Which leads me to thoughts on planning. I've always been that type that professionally can run a tight ship, get things done, make magic and hunt the waters incessantly with no need for sleep. It's when it comes time to start settling in, and making decisions for my personal life, that I prefer to be more carefree and forgiving on constraints. It's definitely an oddity that professionally I'm up for any challenge and want to grow to the universes' end, but personally I always fear change, roots, and I guess in some sense growing up. I think no matter how successful or "grown up" I become, a part of me will never sell the transformers, give up the comic books, or stop the video games.. but the frequency may just decrease.
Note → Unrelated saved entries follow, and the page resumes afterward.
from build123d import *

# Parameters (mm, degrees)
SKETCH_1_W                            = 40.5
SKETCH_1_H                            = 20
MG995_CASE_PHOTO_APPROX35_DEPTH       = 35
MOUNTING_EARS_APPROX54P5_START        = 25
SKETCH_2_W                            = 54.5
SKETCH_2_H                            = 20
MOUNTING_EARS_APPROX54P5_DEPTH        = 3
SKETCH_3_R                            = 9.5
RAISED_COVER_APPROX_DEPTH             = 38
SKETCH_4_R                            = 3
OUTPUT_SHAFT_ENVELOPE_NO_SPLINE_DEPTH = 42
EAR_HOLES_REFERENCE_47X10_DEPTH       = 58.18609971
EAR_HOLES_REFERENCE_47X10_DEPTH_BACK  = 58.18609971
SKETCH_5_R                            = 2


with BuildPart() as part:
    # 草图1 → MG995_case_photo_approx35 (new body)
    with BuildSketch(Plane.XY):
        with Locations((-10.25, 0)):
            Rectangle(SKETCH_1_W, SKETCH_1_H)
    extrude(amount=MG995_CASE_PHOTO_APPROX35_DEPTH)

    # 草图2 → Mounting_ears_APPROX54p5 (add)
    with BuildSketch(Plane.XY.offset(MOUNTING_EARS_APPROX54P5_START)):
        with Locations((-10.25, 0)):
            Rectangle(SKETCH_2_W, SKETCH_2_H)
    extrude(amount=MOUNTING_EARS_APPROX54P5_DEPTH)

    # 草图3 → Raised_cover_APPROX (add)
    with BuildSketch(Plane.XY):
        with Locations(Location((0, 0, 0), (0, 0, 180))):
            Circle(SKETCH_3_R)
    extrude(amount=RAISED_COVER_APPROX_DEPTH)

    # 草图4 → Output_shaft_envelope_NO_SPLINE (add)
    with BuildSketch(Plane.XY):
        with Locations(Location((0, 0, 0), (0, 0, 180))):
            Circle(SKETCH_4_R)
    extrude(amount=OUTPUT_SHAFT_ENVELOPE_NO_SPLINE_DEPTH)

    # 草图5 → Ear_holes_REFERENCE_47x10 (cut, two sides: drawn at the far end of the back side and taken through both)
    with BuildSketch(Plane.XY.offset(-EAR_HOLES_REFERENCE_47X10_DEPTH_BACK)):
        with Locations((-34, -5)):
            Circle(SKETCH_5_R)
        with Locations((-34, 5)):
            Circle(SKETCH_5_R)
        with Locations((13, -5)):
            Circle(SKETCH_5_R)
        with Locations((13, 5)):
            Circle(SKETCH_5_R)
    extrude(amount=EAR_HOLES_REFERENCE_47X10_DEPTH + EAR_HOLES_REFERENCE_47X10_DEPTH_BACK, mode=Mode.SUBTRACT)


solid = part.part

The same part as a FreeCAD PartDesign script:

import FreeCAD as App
import Part
import Sketcher
from FreeCAD import Vector
Q = App.Units.Quantity

doc = App.newDocument("Part")
body = doc.addObject("PartDesign::Body", "Body")

# Sketch on XY plane
sketch1 = body.newObject("Sketcher::SketchObject", "Sketch")
sketch1.AttachmentSupport = (doc.getObject("XY_Plane"), [""])
sketch1.MapMode = "FlatFace"
sketch1.addGeometry([
    Part.LineSegment(Vector(-30, 10, 0), Vector(-30, -10, 0)),
    Part.LineSegment(Vector(-30, -10, 0), Vector(10, -10, 0)),
    Part.LineSegment(Vector(10, -10, 0), Vector(10, 10, 0)),
    Part.LineSegment(Vector(10, 10, 0), Vector(-30, 10, 0)),
], False)
sketch1.addConstraint([
    Sketcher.Constraint("Coincident", 0, 2, 1, 1),
    Sketcher.Constraint("Coincident", 1, 2, 2, 1),
    Sketcher.Constraint("Coincident", 2, 2, 3, 1),
    Sketcher.Constraint("Coincident", 3, 2, 0, 1),
    Sketcher.Constraint("Vertical", 0),
    Sketcher.Constraint("Horizontal", 1),
    Sketcher.Constraint("Vertical", 2),
    Sketcher.Constraint("Horizontal", 3),
    Sketcher.Constraint("DistanceY", 0, 2, 0, 1, Q("20 mm")),
    Sketcher.Constraint("DistanceX", 1, 1, 1, 2, Q("40.5 mm")),
    Sketcher.Constraint("DistanceY", 0, 2, -1, 1, Q("10 mm")),
    Sketcher.Constraint("DistanceX", -1, 1, 1, 2, Q("10 mm")),
])
pad1 = body.newObject("PartDesign::Pad", "Pad")
pad1.Profile = sketch1
pad1.Length = 35

# Sketch on XY plane
sketch2 = body.newObject("Sketcher::SketchObject", "Sketch001")
sketch2.AttachmentSupport = (doc.getObject("XY_Plane"), [""])
sketch2.MapMode = "FlatFace"
sketch2.AttachmentOffset = App.Placement(Vector(0, 0, 25), App.Rotation())
sketch2.addGeometry([
    Part.LineSegment(Vector(-38, 10, 0), Vector(-38, -10, 0)),
    Part.LineSegment(Vector(-38, -10, 0), Vector(17, -10, 0)),
    Part.LineSegment(Vector(17, -10, 0), Vector(17, 10, 0)),
    Part.LineSegment(Vector(17, 10, 0), Vector(-38, 10, 0)),
], False)
sketch2.addConstraint([
    Sketcher.Constraint("Coincident", 0, 2, 1, 1),
    Sketcher.Constraint("Coincident", 1, 2, 2, 1),
    Sketcher.Constraint("Coincident", 2, 2, 3, 1),
    Sketcher.Constraint("Coincident", 3, 2, 0, 1),
    Sketcher.Constraint("Vertical", 0),
    Sketcher.Constraint("Horizontal", 1),
    Sketcher.Constraint("Vertical", 2),
    Sketcher.Constraint("Horizontal", 3),
    Sketcher.Constraint("DistanceY", 0, 2, 0, 1, Q("20 mm")),
    Sketcher.Constraint("DistanceX", 1, 1, 1, 2, Q("54.5 mm")),
    Sketcher.Constraint("DistanceY", 0, 2, -1, 1, Q("10 mm")),
    Sketcher.Constraint("DistanceX", -1, 1, 1, 2, Q("17 mm")),
])
pad2 = body.newObject("PartDesign::Pad", "Pad001")
pad2.Profile = sketch2
pad2.Length = 3

# Sketch on XY plane
sketch3 = body.newObject("Sketcher::SketchObject", "Sketch002")
sketch3.AttachmentSupport = (doc.getObject("XY_Plane"), [""])
sketch3.MapMode = "FlatFace"
sketch3.addGeometry(Part.Circle(Vector(0, 0, 0), Vector(0, 0, 1), 10), False)
sketch3.addConstraint([
    Sketcher.Constraint("Coincident", 0, 3, -1, 1),
    Sketcher.Constraint("Diameter", 0, Q("19 mm")),
])
pad3 = body.newObject("PartDesign::Pad", "Pad002")
pad3.Profile = sketch3
pad3.Length = 38

# Sketch on XY plane
sketch4 = body.newObject("Sketcher::SketchObject", "Sketch003")
sketch4.AttachmentSupport = (doc.getObject("XY_Plane"), [""])
sketch4.MapMode = "FlatFace"
sketch4.addGeometry(Part.Circle(Vector(0, 0, 0), Vector(0, 0, 1), 3), False)
sketch4.addConstraint([
    Sketcher.Constraint("Coincident", 0, 3, -1, 1),
    Sketcher.Constraint("Diameter", 0, Q("6 mm")),
])
pad4 = body.newObject("PartDesign::Pad", "Pad003")
pad4.Profile = sketch4
pad4.Length = 42

# Sketch on XY plane
sketch5 = body.newObject("Sketcher::SketchObject", "Sketch004")
sketch5.AttachmentSupport = (doc.getObject("XY_Plane"), [""])
sketch5.MapMode = "FlatFace"
sketch5.addGeometry([
    Part.Circle(Vector(-34, -5, 0), Vector(0, 0, 1), 2),
    Part.Circle(Vector(-34, 5, 0), Vector(0, 0, 1), 2),
    Part.Circle(Vector(13, -5, 0), Vector(0, 0, 1), 2),
    Part.Circle(Vector(13, 5, 0), Vector(0, 0, 1), 2),
], False)
sketch5.addConstraint([
    Sketcher.Constraint("Equal", 0, 1),
    Sketcher.Constraint("Equal", 1, 2),
    Sketcher.Constraint("Equal", 2, 3),
    Sketcher.Constraint("Symmetric", 0, 3, 1, 3, -1),
    Sketcher.Constraint("Symmetric", 2, 3, 3, 3, -1),
    Sketcher.Constraint("Horizontal", 0, 3, 2, 3),
    Sketcher.Constraint("Diameter", 0, Q("4 mm")),
    Sketcher.Constraint("DistanceX", 0, 3, -1, 1, Q("34 mm")),
    Sketcher.Constraint("DistanceY", 0, 3, -1, 1, Q("5 mm")),
    Sketcher.Constraint("DistanceX", -1, 1, 2, 3, Q("13 mm")),
])
pocket1 = body.newObject("PartDesign::Pocket", "Pocket")
pocket1.Profile = sketch5
pocket1.Type = "ThroughAll"
pocket1.Midplane = True

doc.recompute()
Hey it's kocher for adults to game now, isn't that the demographic that's being targeted?

In a recent commercial for the Nintendo DS replacement, the DSi, it was mildly creepy that there was not one child in the commercial.

I've been thinking of some recent changes in my life lately that have hit me like a towel in the face by a man demanding his sandwich. Although quite jarring, it's definitely an awakening. If you were to ask me if I'm happy at where I am in life, my definite answer would be yes. I think a part of me sometimes grips entirely too tenaciously on past experiences, peer to peer stories, and fears of epic failures. The irony is that I'm practically a spokes person for living life with little inhibitions and not wasting time on what ifs. Similarly to how I feel people should not spend 5 days of their week waiting for a mere two days to come, I know I should not waste nights fretting over a future of circumstances or a "mountain of maybes." When it's good, it's good. :) I'll leave it at that.

I'm off to read Naruto, not mind the little things, and try to get some sleep.